(Information provided)

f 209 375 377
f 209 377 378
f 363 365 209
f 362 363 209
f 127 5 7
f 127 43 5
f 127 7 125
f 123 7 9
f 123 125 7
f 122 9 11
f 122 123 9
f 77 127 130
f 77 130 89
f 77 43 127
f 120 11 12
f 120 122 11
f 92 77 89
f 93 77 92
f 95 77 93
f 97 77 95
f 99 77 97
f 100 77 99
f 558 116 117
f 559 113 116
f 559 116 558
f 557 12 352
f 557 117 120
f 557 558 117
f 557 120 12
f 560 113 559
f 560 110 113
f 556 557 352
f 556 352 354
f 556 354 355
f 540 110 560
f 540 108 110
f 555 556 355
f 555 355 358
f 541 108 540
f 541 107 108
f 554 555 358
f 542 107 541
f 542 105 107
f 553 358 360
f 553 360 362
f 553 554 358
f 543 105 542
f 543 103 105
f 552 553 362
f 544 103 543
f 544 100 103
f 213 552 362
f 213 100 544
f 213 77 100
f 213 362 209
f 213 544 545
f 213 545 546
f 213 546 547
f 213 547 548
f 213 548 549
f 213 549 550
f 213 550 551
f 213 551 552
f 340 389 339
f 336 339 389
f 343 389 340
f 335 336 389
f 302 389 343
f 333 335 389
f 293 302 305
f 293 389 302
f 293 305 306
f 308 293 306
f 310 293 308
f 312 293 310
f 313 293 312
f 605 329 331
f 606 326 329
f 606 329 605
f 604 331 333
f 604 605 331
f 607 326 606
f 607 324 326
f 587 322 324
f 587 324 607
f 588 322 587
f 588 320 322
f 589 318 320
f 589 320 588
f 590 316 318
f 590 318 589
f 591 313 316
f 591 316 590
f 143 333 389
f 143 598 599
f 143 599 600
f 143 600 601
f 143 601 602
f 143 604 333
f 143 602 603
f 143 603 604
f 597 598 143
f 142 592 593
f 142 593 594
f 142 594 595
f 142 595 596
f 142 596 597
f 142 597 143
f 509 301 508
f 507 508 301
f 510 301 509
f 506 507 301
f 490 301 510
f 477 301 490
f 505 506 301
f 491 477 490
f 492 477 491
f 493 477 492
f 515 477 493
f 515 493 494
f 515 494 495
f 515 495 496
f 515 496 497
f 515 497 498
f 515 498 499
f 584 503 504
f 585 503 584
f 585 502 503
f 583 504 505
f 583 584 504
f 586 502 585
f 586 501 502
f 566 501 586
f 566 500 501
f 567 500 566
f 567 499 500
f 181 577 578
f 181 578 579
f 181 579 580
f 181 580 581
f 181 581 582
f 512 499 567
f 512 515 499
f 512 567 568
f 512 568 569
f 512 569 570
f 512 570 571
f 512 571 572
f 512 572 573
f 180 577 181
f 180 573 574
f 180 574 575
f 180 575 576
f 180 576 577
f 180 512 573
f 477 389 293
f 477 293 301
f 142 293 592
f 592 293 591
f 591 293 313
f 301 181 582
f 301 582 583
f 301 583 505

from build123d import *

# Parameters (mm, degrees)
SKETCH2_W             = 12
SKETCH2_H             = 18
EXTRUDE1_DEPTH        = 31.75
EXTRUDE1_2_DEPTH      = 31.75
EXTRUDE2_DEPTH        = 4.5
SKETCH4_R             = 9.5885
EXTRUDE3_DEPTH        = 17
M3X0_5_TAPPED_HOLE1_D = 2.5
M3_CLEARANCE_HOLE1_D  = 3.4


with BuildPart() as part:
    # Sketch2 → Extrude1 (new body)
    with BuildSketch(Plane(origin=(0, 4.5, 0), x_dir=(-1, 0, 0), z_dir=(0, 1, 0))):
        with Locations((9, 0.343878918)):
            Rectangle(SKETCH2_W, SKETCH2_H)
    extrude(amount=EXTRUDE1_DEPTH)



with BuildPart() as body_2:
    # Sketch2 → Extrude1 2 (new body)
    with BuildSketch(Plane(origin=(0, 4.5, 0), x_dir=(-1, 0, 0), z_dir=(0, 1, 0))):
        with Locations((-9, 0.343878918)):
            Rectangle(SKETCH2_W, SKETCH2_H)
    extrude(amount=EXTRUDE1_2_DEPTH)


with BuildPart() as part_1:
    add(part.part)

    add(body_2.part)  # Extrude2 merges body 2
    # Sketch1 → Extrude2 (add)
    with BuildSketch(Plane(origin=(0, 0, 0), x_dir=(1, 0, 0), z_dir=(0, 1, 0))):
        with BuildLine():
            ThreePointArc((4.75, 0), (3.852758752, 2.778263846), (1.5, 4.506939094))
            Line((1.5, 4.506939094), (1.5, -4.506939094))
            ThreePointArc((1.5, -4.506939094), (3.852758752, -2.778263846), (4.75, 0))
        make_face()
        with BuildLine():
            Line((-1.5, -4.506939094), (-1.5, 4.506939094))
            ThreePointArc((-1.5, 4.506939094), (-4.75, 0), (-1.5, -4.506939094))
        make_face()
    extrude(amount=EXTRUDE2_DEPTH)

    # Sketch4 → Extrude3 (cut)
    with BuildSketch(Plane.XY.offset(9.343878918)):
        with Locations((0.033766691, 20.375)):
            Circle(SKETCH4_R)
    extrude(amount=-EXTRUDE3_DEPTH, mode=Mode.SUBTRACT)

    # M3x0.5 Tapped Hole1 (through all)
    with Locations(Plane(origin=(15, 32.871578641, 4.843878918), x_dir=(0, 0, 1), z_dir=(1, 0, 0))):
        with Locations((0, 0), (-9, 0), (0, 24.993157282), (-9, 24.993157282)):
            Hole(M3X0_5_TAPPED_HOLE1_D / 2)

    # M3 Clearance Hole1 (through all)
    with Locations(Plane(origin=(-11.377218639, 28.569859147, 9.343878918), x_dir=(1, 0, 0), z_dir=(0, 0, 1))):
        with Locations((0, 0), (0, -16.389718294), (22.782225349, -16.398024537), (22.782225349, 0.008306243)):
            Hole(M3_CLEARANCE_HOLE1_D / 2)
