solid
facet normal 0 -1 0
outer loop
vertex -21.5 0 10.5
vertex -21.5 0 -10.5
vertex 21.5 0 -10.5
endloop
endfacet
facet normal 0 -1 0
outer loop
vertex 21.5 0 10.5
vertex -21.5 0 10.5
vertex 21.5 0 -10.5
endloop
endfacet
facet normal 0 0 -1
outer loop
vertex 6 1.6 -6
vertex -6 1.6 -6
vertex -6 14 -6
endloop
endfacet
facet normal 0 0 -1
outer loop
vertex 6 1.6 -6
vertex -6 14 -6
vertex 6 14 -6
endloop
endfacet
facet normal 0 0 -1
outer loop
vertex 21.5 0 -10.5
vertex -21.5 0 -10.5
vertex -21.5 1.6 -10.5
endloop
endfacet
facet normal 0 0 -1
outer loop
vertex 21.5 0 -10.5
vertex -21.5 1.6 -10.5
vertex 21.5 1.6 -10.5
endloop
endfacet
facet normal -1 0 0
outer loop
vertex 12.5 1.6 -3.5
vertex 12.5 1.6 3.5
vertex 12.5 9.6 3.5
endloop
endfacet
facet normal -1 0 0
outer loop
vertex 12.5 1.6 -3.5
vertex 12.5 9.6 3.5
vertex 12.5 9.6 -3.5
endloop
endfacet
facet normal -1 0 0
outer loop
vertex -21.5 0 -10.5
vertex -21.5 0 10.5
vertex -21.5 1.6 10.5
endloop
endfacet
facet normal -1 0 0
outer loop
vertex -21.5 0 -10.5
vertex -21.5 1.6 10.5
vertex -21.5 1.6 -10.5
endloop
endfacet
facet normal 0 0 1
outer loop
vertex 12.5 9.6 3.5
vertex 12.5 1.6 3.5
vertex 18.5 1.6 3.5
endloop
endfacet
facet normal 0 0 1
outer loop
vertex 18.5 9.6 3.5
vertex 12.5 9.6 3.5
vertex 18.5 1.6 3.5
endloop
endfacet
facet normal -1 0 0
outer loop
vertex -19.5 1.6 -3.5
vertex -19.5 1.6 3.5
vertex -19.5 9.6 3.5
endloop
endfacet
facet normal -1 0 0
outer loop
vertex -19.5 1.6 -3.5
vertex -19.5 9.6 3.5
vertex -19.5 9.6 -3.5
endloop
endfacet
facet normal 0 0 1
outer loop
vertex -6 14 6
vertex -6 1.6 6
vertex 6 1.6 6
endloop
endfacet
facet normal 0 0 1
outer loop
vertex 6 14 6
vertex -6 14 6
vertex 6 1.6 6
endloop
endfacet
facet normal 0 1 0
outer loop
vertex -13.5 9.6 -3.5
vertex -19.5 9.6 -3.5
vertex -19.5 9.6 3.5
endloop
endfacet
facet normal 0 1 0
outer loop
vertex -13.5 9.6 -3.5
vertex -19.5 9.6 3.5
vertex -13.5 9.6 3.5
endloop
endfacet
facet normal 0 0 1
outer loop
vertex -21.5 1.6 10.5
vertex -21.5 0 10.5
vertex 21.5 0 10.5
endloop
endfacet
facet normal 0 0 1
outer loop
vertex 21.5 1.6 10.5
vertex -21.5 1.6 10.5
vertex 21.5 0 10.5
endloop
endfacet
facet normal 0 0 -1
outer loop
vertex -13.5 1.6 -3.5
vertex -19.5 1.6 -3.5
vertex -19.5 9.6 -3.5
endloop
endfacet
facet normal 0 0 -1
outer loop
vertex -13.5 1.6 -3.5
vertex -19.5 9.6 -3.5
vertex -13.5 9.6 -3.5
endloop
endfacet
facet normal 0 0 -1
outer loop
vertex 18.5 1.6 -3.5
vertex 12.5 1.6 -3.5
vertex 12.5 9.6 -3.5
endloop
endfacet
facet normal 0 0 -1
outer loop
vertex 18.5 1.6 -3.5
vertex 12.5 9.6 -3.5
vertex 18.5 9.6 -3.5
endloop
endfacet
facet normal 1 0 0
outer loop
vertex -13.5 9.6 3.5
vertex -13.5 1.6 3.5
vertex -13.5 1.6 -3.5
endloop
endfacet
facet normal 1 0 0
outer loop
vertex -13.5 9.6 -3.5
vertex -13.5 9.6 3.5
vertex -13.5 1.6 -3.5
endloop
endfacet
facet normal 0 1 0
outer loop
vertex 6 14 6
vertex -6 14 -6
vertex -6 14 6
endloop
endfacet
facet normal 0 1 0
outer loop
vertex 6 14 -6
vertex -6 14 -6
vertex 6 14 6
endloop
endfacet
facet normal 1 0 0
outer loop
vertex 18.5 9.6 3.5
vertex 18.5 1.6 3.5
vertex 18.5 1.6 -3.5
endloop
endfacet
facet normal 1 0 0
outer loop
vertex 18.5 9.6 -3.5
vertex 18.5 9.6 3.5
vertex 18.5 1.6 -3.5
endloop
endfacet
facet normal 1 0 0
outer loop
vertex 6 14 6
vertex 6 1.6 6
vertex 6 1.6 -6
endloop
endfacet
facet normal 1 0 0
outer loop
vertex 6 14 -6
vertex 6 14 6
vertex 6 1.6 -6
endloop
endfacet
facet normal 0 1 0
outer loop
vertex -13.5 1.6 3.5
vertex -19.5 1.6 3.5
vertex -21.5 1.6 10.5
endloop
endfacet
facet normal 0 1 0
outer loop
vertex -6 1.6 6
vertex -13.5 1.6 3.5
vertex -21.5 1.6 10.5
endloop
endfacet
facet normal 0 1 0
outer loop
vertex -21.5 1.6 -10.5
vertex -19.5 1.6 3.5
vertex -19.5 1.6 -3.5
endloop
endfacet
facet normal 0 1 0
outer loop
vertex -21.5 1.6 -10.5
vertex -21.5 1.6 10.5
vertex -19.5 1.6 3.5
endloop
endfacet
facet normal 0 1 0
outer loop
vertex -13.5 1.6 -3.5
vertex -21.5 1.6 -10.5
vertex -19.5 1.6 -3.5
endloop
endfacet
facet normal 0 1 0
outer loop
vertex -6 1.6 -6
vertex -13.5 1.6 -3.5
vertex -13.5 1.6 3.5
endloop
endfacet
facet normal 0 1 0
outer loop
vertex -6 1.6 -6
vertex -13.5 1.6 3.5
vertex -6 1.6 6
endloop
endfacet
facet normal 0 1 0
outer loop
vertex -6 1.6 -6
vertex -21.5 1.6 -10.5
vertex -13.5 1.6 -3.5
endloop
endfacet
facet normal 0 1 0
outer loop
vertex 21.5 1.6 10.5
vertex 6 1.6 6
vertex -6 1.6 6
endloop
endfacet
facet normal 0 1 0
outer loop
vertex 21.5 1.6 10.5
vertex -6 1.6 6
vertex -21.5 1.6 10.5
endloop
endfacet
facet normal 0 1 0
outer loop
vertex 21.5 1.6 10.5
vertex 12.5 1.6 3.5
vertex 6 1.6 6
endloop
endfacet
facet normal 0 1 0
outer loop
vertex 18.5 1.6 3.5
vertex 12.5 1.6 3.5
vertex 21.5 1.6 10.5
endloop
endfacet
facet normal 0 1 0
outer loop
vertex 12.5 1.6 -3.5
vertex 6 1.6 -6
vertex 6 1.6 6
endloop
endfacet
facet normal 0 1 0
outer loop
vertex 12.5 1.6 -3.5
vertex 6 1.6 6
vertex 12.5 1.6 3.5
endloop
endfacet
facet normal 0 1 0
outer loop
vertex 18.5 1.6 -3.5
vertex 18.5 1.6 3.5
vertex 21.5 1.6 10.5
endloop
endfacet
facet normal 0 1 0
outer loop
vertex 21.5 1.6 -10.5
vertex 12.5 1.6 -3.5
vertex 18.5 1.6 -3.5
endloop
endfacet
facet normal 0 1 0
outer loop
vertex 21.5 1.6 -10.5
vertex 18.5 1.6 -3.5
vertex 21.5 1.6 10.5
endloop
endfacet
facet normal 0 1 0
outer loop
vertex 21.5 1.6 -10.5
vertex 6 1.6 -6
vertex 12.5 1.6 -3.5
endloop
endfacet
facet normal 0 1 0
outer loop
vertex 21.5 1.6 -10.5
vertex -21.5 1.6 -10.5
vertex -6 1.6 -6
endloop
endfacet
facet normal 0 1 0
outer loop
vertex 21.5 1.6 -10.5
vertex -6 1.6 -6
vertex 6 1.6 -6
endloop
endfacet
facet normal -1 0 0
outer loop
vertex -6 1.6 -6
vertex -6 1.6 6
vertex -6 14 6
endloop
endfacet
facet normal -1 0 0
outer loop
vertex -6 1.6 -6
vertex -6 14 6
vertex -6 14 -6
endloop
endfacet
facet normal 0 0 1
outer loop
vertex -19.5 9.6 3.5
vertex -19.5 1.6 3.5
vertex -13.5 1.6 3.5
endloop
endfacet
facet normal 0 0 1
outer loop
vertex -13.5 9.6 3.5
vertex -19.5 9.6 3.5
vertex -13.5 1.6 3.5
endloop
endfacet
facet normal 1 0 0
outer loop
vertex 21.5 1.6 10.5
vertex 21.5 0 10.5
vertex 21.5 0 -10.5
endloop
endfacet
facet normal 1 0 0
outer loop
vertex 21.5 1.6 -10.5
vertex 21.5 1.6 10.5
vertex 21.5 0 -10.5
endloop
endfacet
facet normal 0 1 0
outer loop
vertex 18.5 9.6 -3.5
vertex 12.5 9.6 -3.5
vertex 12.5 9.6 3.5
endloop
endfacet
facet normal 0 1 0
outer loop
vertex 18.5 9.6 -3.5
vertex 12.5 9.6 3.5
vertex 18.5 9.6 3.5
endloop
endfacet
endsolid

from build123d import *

# Parameters (mm, degrees)
SKETCH1_W        = 43
SKETCH1_H        = 21
BOARD_DEPTH      = 1.6
INDUCTOR_START   = 1.6
SKETCH2_W        = 12
SKETCH2_H        = 12
INDUCTOR_DEPTH   = 12.4
INPUT_CAP_START  = 1.6
SKETCH3_W        = 6
SKETCH3_H        = 7
INPUT_CAP_DEPTH  = 8
OUTPUT_CAP_START = 1.6
SKETCH4_W        = 6
SKETCH4_H        = 7
OUTPUT_CAP_DEPTH = 8


with BuildPart() as part:
    # Sketch1 → Board (new body)
    with BuildSketch(Plane(origin=(0, 0, 0), x_dir=(1, 0, 0), z_dir=(0, 1, 0))):
        Rectangle(SKETCH1_W, SKETCH1_H)
    extrude(amount=BOARD_DEPTH)

    # Sketch2 → Inductor (add)
    with BuildSketch(Plane(origin=(0, 0, 0), x_dir=(1, 0, 0), z_dir=(0, 1, 0)).offset(INDUCTOR_START)):
        Rectangle(SKETCH2_W, SKETCH2_H)
    extrude(amount=INDUCTOR_DEPTH)

    # Sketch3 → Input_Cap (add)
    with BuildSketch(Plane(origin=(0, 0, 0), x_dir=(1, 0, 0), z_dir=(0, 1, 0)).offset(INPUT_CAP_START)):
        with Locations((-16.5, 0)):
            Rectangle(SKETCH3_W, SKETCH3_H)
    extrude(amount=INPUT_CAP_DEPTH)

    # Sketch4 → Output_Cap (add)
    with BuildSketch(Plane(origin=(0, 0, 0), x_dir=(1, 0, 0), z_dir=(0, 1, 0)).offset(OUTPUT_CAP_START)):
        with Locations((15.5, 0)):
            Rectangle(SKETCH4_W, SKETCH4_H)
    extrude(amount=OUTPUT_CAP_DEPTH)


solid = part.part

(End Information provided)

**Work instruction:** Go through the material and copy each line in which the word "ThreePointArc" occurs.

**Answer below:**
            ThreePointArc((4.75, 0), (3.852758752, 2.778263846), (1.5, 4.506939094))
            ThreePointArc((1.5, -4.506939094), (3.852758752, -2.778263846), (4.75, 0))
            ThreePointArc((-1.5, 4.506939094), (-4.75, 0), (-1.5, -4.506939094))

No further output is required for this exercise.